Emilie Fontaine : photosensible

Portrait / Originaire de Saône-et-Loire, la jeune photographe Emilie Fontaine vient d’ouvrir les portes d’un nouveau lieu dédié à l’image fixe, au cœur de l’hyper-centre stéphanois. Rencontre avec une femme passionnée qui fait fi d’un contexte morose en mal de bonnes nouvelles.  

Après seulement une dizaine d’années de pratique professionnelle dans la ville de Mâcon, Emilie Fontaine vient de poser ses valises dans un tout nouveau studio sous les Arcades de l’Hôtel de ville. Le local a été habilement aménagé et décoré avec goût, laissant entrevoir les différentes cordes de la maîtresse des lieux. L’offre de services s’étend du portrait-studio au reportage de terrain, en passant par la communication visuelle pour les entreprises, également assortie d’ateliers proposés aux enfants, aux ados et aux adultes. Organisée en plusieurs espaces fonctionnels et peuplée de matériel photographique (des appareils, des éclairages, un agrandisseur …), la boutique est un bel endroit où l’on se sent à l’aise dès les premiers instants. Tout sourire, Emilie ne cache pas la joie que lui procure ce nouveau challenge. Car le parcours de la jeune femme est avant tout l’histoire d’une reconversion réussie. Aide-soignante au centre hospitalier de Mâcon pendant dix ans, Emilie a profité d’une mise en disponibilité pour reprendre des études, se former à la photographie et préparer son virage professionnel. « Mon travail en service de réanimation était à la fois riche et difficile, très protocolaire. En fait je crois que j’aimais trop mon boulot, j’étais même arrivée à un point où j’en avais marre de parler ! J’avais besoin d’autre chose et je suis arrivée à la photo totalement par hasard, lorsque je me suis pris d’amour pour un appareil photo que l’on m’avait offert. » Après un CAP préparé de façon accélérée au sein l’atelier Magenta à Villeurbanne, l’étudiante complète son cursus par huit mois de formation à l’INA (Institut national de l’audiovisuel), à Bry-sur-Marne. Pari réussi, Emilie a trouvé sa nouvelle voie, le nouveau medium qui lui permettra de vivre pleinement et d’exprimer avec force son intérêt profond pour l’humain. Car si la pratique photographique peut être perçue comme un processus solitaire, elle est au contraire un déclencheur de rencontres.

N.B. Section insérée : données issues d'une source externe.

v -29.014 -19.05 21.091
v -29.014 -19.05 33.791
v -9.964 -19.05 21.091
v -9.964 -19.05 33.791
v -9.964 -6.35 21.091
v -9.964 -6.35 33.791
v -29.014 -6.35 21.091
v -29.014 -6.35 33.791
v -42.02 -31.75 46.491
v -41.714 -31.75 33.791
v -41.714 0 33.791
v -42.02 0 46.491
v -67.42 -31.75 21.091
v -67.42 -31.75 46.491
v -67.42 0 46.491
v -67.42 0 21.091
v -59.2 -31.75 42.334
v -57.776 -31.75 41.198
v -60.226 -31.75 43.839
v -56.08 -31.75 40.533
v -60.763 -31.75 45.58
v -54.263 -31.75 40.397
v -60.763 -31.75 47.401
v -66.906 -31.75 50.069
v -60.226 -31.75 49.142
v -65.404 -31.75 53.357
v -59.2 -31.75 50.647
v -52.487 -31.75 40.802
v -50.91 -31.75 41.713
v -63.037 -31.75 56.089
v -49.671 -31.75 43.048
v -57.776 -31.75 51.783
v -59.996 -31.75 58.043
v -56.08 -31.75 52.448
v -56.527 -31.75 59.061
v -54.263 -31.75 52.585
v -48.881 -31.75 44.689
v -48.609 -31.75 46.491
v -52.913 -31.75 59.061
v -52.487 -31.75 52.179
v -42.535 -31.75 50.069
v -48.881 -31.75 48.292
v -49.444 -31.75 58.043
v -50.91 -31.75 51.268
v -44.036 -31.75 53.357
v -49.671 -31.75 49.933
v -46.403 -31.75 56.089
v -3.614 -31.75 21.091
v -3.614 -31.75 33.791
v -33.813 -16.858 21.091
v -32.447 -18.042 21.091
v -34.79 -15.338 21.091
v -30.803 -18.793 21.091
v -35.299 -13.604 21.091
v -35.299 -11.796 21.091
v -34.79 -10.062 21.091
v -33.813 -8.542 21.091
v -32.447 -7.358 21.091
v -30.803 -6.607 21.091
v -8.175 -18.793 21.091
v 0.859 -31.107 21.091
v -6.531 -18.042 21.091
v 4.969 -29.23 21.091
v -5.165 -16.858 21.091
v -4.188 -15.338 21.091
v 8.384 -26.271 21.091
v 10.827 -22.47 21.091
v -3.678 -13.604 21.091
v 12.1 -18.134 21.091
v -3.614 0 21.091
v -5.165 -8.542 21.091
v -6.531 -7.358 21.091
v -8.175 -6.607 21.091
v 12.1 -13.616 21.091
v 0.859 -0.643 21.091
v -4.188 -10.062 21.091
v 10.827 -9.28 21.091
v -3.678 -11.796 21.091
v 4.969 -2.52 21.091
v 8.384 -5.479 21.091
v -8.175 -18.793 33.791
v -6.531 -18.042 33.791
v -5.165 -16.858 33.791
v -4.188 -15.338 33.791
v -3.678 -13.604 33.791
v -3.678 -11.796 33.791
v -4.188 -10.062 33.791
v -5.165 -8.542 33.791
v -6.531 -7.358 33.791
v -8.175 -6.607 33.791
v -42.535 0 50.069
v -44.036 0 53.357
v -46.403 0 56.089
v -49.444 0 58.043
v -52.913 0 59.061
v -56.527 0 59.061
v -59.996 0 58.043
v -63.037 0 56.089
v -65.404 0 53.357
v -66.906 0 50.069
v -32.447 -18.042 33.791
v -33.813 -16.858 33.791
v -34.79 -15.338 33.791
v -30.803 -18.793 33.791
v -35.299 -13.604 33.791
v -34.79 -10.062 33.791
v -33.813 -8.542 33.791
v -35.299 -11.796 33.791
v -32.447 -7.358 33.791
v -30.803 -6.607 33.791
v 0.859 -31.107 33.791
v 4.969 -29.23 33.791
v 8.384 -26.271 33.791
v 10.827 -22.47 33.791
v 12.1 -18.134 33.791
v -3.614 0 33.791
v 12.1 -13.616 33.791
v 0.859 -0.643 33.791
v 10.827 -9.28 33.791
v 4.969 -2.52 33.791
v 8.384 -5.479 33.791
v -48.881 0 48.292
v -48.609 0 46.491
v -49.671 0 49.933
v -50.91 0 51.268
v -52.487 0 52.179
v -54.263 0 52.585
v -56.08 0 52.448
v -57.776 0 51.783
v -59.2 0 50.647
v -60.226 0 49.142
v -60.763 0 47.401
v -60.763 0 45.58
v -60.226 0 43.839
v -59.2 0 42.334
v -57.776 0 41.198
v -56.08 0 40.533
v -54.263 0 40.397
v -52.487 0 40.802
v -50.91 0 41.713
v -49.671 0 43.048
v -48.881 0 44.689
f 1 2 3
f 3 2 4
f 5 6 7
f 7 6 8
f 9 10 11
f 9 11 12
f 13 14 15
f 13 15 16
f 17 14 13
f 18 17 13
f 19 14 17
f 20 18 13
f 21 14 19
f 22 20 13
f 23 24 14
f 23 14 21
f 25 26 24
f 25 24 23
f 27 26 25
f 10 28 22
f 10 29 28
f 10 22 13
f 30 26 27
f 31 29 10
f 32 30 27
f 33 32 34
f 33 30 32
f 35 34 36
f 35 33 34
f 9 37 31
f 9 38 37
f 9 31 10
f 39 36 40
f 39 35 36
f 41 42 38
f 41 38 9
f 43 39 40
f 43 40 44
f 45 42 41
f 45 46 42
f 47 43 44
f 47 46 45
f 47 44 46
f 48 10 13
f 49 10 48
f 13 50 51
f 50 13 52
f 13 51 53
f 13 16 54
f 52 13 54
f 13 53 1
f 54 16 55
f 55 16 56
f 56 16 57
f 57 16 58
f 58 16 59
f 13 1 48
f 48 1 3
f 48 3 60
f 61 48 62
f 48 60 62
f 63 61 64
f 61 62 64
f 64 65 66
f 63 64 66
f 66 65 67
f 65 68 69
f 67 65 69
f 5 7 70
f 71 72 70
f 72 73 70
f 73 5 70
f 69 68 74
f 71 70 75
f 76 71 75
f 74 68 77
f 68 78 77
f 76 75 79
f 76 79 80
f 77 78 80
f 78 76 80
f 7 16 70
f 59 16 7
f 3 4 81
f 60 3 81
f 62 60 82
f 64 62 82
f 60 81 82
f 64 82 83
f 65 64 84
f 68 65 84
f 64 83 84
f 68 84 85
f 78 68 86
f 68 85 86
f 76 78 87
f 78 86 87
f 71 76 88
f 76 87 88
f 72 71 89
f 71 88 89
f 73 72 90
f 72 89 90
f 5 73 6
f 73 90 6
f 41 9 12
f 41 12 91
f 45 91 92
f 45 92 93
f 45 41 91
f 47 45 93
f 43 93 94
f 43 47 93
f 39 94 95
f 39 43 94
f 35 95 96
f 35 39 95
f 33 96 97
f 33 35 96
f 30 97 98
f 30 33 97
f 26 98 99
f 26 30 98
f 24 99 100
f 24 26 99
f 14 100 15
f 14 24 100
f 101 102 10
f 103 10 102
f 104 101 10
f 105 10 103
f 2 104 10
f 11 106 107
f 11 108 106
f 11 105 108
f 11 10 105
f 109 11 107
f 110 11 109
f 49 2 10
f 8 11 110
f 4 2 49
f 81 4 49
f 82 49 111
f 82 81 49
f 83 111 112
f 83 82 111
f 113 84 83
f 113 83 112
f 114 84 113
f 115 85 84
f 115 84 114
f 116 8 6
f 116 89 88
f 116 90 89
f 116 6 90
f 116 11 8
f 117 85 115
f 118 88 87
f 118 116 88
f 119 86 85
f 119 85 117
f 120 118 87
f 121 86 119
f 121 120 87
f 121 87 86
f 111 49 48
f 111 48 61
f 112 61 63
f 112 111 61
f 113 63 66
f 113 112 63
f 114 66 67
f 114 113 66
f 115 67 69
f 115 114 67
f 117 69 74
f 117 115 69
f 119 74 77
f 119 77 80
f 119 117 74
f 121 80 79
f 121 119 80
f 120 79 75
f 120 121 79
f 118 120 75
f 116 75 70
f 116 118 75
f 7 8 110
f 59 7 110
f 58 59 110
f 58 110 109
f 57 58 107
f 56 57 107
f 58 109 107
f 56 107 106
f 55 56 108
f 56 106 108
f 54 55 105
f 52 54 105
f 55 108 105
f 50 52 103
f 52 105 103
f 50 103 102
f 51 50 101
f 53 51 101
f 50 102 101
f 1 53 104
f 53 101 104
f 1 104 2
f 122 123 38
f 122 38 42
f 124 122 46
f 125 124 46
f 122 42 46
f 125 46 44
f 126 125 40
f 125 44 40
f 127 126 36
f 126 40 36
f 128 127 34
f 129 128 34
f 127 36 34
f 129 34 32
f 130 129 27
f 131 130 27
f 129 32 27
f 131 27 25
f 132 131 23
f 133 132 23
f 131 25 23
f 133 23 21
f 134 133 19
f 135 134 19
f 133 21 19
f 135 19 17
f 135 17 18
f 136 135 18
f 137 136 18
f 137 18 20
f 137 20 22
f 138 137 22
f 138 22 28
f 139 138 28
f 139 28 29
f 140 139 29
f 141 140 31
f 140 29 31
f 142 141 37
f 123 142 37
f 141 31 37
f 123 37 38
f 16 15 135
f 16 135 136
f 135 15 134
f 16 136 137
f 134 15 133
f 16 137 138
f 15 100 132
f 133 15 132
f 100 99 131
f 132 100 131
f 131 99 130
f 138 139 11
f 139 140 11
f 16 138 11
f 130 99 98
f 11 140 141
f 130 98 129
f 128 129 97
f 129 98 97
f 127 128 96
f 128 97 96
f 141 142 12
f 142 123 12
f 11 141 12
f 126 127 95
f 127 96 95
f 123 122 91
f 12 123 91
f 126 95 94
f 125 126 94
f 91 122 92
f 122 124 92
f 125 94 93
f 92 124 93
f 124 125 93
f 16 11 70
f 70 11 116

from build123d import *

# Parameters (mm, degrees)
F1_DEPTH = 31.75
F3_DEPTH = 31.75
F4_R     = 6.111063
F5_DEPTH = 31.75
F7_DEPTH = 12.7
F9_DEPTH = 25.4


with BuildPart() as f1:
    # F0 (on Front) → F1 (new body)
    with BuildSketch(Plane.XZ):
        Polygon((-42.020088, 46.490617), (-67.420088, 46.490617), (-67.420088, 21.090617), (-3.613756, 21.090617), (-3.613756, 33.790617), (-41.713756, 33.790617), align=None)
    extrude(amount=F1_DEPTH)

    # F2 (on face) → F3 (join)
    with BuildSketch(Plane.XZ.offset(31.75)):
        with BuildLine():
            Line((-67.420088, 46.490617), (-42.020088, 46.490617))
            ThreePointArc((-42.020088, 46.490617), (-54.720088, 59.190617), (-67.420088, 46.490617))
        make_face()
    extrude(amount=-F3_DEPTH)

    # F4 (on face) → F5 (cut)
    with BuildSketch(Plane.XZ.offset(31.75)):
        with Locations((-54.720088, 46.490617)):
            Circle(F4_R)
    extrude(amount=-F5_DEPTH, mode=Mode.SUBTRACT)

    # F6 (on face) → F7 (join)
    with BuildSketch(Plane.XY.offset(33.790617)):
        with BuildLine():
            Line((-3.613756, 0), (-3.613756, -31.75))
            ThreePointArc((-3.613756, -31.75), (12.261244, -15.875), (-3.613756, 0))
        make_face()
    extrude(amount=-F7_DEPTH)

    # F8 (on face) → F9 (cut)
    with BuildSketch(Plane.XY.offset(33.790617)):
        with BuildLine():
            Line((-9.963756, -6.35), (-29.013756, -6.35))
            ThreePointArc((-29.013756, -6.35), (-35.363756, -12.7), (-29.013756, -19.05))
            Line((-29.013756, -19.05), (-9.963756, -19.05))
            ThreePointArc((-9.963756, -19.05), (-3.613756, -12.7), (-9.963756, -6.35))
        make_face()
    extrude(amount=-F9_DEPTH, mode=Mode.SUBTRACT)


solid = f1.part
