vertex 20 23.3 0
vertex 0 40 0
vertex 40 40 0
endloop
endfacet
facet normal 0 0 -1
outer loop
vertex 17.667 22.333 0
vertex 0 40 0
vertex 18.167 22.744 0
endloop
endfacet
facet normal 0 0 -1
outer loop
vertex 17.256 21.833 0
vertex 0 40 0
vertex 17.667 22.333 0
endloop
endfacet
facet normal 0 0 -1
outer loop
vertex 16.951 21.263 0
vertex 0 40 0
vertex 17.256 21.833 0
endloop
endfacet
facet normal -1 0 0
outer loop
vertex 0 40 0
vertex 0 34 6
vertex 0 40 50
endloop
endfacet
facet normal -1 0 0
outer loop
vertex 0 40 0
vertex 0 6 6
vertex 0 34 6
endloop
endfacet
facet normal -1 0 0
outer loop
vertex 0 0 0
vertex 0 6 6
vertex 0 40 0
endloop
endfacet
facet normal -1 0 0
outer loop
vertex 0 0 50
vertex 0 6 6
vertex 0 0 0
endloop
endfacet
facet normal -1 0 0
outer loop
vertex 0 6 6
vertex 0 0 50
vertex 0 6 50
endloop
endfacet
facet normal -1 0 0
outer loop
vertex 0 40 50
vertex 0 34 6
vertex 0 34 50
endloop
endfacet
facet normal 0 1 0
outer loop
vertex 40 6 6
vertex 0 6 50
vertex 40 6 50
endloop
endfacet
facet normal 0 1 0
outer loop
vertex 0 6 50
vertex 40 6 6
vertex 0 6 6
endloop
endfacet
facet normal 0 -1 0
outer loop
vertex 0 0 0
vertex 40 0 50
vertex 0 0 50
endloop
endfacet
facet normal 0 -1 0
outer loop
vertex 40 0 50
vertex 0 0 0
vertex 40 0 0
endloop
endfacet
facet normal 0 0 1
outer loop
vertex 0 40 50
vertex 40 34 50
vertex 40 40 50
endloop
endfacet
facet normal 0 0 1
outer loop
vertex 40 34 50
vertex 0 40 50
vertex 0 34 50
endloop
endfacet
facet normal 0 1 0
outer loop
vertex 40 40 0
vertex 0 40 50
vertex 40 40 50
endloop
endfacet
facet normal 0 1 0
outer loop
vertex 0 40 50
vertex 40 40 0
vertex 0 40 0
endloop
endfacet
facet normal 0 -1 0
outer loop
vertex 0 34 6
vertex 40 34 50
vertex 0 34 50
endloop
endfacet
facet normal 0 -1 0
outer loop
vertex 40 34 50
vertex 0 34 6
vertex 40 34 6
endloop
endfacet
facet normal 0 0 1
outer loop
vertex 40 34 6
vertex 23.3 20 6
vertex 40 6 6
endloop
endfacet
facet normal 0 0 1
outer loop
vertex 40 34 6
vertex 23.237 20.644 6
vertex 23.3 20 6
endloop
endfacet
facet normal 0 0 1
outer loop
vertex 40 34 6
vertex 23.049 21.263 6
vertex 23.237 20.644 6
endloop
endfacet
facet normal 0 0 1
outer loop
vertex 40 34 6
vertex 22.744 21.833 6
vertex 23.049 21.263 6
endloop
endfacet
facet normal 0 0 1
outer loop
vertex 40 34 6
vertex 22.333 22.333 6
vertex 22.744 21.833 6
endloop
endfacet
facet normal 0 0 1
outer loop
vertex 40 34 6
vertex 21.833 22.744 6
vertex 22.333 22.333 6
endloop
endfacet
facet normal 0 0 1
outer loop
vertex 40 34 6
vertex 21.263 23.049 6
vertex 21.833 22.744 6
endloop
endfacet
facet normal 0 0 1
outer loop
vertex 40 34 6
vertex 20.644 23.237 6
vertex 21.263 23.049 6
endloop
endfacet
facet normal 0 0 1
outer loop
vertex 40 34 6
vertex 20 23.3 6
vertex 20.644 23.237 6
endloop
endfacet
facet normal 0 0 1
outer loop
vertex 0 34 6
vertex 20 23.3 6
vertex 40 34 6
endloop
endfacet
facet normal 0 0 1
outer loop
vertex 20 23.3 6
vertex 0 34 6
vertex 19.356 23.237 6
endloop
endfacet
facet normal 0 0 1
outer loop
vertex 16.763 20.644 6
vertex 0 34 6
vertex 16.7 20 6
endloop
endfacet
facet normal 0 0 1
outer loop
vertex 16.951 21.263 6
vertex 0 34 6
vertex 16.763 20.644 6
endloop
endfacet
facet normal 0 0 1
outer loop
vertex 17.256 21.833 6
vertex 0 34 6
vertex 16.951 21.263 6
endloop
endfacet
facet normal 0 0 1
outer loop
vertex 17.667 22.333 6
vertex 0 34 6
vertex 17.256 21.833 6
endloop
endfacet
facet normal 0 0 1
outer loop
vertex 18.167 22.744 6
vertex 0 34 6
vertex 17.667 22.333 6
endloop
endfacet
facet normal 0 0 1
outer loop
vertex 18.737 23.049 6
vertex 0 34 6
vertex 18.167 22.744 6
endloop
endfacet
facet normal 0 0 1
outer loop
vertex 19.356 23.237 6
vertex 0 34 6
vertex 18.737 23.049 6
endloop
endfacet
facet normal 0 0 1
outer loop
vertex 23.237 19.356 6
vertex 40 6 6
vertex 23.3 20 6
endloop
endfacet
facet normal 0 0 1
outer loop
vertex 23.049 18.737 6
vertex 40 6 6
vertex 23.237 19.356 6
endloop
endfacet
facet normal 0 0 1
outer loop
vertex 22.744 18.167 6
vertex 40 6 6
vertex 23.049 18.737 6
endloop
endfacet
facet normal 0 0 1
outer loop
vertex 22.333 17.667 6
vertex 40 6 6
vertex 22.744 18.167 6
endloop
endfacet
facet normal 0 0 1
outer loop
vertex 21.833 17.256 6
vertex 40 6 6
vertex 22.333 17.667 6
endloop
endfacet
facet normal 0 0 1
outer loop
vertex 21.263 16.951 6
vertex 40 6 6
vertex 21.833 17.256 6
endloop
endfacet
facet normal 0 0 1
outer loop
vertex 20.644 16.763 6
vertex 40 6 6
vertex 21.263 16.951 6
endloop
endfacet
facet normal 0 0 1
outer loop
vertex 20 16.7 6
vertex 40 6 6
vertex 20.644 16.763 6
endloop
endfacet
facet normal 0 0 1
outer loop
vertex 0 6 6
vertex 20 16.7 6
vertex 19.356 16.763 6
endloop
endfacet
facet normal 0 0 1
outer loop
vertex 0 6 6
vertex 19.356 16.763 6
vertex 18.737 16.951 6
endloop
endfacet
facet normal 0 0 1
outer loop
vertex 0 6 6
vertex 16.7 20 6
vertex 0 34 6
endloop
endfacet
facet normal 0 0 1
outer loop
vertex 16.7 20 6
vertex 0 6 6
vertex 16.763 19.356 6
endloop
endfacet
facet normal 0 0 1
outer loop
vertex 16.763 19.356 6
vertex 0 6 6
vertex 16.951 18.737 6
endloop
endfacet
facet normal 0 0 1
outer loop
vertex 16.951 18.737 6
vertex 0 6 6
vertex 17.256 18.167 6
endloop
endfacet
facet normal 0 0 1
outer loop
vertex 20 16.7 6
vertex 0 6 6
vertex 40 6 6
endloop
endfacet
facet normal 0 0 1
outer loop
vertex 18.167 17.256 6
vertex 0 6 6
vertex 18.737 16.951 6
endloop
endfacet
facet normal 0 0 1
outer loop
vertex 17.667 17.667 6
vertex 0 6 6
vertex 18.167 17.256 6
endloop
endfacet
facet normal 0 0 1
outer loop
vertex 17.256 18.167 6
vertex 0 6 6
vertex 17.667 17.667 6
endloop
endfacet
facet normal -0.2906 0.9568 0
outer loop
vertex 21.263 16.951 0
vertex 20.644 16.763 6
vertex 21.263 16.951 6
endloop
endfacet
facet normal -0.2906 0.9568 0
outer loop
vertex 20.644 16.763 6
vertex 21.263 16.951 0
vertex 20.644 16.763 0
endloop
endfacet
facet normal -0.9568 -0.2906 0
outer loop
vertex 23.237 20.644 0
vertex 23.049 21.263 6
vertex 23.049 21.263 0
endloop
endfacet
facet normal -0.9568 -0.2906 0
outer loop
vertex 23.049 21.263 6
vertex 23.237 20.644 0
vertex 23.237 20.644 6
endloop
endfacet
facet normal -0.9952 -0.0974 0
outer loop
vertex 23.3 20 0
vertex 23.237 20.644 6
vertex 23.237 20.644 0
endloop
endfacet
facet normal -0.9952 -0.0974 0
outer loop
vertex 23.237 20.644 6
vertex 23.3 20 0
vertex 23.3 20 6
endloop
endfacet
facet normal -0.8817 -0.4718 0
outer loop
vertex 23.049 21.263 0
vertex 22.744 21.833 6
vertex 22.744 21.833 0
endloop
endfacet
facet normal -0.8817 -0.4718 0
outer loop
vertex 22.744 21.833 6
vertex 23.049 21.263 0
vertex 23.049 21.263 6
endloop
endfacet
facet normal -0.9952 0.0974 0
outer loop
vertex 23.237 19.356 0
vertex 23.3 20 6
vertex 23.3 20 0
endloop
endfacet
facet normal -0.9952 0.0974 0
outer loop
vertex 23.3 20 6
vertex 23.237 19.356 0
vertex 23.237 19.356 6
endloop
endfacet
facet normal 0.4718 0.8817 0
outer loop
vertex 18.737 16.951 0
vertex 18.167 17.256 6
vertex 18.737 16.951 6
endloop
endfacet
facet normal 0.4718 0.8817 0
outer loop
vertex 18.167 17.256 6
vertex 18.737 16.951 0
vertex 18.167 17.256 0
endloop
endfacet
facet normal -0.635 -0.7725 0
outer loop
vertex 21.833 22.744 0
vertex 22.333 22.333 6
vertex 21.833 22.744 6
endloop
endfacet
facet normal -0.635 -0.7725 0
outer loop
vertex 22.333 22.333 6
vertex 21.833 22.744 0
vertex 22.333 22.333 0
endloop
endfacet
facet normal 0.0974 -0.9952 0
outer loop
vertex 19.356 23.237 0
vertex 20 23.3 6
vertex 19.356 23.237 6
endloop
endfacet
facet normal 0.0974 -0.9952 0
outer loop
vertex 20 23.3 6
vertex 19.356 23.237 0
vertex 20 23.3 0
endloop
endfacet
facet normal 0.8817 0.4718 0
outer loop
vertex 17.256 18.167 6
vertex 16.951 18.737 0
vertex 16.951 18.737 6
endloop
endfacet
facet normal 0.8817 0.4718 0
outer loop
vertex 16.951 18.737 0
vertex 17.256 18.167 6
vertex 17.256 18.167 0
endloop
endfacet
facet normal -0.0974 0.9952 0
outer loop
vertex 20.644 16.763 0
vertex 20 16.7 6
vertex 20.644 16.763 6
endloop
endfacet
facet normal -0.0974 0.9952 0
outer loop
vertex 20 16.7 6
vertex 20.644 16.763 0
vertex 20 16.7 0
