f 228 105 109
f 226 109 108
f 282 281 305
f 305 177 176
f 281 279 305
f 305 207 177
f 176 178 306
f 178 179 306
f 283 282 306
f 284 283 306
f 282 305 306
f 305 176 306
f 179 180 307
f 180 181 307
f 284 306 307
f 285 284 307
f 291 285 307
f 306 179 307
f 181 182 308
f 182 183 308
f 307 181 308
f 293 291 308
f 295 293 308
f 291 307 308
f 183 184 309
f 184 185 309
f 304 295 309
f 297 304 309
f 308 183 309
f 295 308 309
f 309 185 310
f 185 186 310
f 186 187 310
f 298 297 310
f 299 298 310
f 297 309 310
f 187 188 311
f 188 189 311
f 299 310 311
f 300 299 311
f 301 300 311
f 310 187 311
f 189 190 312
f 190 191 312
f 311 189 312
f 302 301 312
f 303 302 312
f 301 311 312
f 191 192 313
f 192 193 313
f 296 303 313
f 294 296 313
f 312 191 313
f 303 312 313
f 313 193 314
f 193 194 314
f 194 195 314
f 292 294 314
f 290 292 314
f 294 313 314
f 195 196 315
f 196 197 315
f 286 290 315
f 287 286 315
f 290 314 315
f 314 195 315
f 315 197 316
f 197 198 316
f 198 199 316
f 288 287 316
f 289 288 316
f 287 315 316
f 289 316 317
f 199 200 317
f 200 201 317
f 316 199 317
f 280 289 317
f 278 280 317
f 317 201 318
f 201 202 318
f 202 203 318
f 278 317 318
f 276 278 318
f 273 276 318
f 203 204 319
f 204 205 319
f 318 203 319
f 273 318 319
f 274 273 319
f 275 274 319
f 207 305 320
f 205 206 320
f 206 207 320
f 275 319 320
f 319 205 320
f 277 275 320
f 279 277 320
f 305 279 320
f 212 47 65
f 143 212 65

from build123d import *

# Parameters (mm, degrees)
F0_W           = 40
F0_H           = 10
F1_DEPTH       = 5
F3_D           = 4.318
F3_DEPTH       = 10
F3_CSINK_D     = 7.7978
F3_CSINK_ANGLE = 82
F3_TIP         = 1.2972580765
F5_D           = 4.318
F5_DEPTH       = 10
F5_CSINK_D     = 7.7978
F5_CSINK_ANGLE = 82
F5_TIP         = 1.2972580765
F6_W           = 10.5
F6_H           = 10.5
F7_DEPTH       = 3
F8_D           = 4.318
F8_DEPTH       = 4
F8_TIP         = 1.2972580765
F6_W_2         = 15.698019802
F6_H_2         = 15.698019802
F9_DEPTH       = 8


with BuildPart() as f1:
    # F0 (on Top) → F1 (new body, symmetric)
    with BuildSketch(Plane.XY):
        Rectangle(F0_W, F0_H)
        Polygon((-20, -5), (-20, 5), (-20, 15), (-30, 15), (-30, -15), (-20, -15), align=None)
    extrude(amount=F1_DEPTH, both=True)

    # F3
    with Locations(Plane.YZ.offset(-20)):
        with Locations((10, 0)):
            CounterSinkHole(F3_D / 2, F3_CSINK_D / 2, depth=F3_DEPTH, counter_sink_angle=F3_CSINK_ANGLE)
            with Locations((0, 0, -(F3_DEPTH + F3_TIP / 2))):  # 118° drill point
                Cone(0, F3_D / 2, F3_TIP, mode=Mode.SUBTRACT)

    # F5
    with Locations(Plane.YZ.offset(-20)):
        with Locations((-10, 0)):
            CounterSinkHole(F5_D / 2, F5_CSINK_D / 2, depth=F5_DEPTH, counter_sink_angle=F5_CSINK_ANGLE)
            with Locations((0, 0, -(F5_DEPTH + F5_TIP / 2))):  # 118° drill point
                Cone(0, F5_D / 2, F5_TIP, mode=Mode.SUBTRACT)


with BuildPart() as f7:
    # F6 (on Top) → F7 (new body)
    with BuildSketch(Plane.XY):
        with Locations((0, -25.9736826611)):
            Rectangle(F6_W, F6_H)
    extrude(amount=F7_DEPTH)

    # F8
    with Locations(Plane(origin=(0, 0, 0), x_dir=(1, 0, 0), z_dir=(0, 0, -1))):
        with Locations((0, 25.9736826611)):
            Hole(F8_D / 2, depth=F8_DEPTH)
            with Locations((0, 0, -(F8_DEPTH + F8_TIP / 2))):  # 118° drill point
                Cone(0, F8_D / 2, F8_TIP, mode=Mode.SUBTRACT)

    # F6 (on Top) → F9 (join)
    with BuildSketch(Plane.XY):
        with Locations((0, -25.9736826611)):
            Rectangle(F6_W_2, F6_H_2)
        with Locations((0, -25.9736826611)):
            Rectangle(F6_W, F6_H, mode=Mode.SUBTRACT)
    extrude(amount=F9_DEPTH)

Chaque histoire à raconter est comme une pépite que l’on a entre les mains, c’est très excitant et en même temps cela met une vraie pression.

Immersion

Emilie Fontaine ouvre alors à Mâcon son premier atelier, travaille tout d’abord sur des projets photographiques auprès d’établissements scolaires, puis, confortant sa fibre sociale et aiguisant son regard humaniste, enchaînera assez vite des reportages au plus près des soignants, des pompiers du SDIS 71 ou encore de la Police nationale. « Pour ce genre de travail, j’ai besoin au préalable de plusieurs journées d’immersion, sans appareil photo. Cela me permet d’observer mais aussi de me fondre dans le décor, de me faire un peu oublier avant de commencer à photographier. » Toujours à la recherche de la bonne distance avec son sujet, Emilie privilégie l’utilisation du 28mm qui embrasse la scène dans laquelle elle s’implique physiquement, mais aussi du 50mm, longueur focale réputée être la plus proche de la vision humaine. « Chaque histoire à raconter est comme une pépite que l’on a entre les mains, c’est très excitant et en même temps cela met une vraie pression. À chaque fois le sentiment de pudeur est bousculé par une folle envie d’aller au front ! Pour autant je ne cherche pas à dénoncer, je veux avant tout montrer pour questionner. » Une fois les prises de vues terminées, la photographe réalise un long travail d’editing, conservant le plus souvent le cadrage orignal de ses images, avant de partager ses travaux sur internet sous la forme de web-reportages dans lesquels la dimension sonore prend une place grandissante. « J’essaie de garder du temps et de l’énergie pour réaliser au moins un reportage de ce type chaque année, que ce soit une commande ou un projet auto-produit. Cela demande une certaine organisation familiale, un soutien logistique mais aussi moral. » Sans être une féministe militante, la jeune maman n’en est pas moins une femme de convictions. « J’ai grandi dans un milieu rural où les garçons faisaient du foot et les filles de la danse ! J’assume qu’être une femme-photographe demande parfois de savoir s’imposer sans sourciller. D’ailleurs, je pense que la journée des droits des femmes n’aura de sens que le jour où elle n’aura plus lieu d’être ! »

Être une femme-photographe demande parfois de savoir s’imposer sans sourciller.

« Je suis très agréablement surprise par l’accueil des Stéphanois. »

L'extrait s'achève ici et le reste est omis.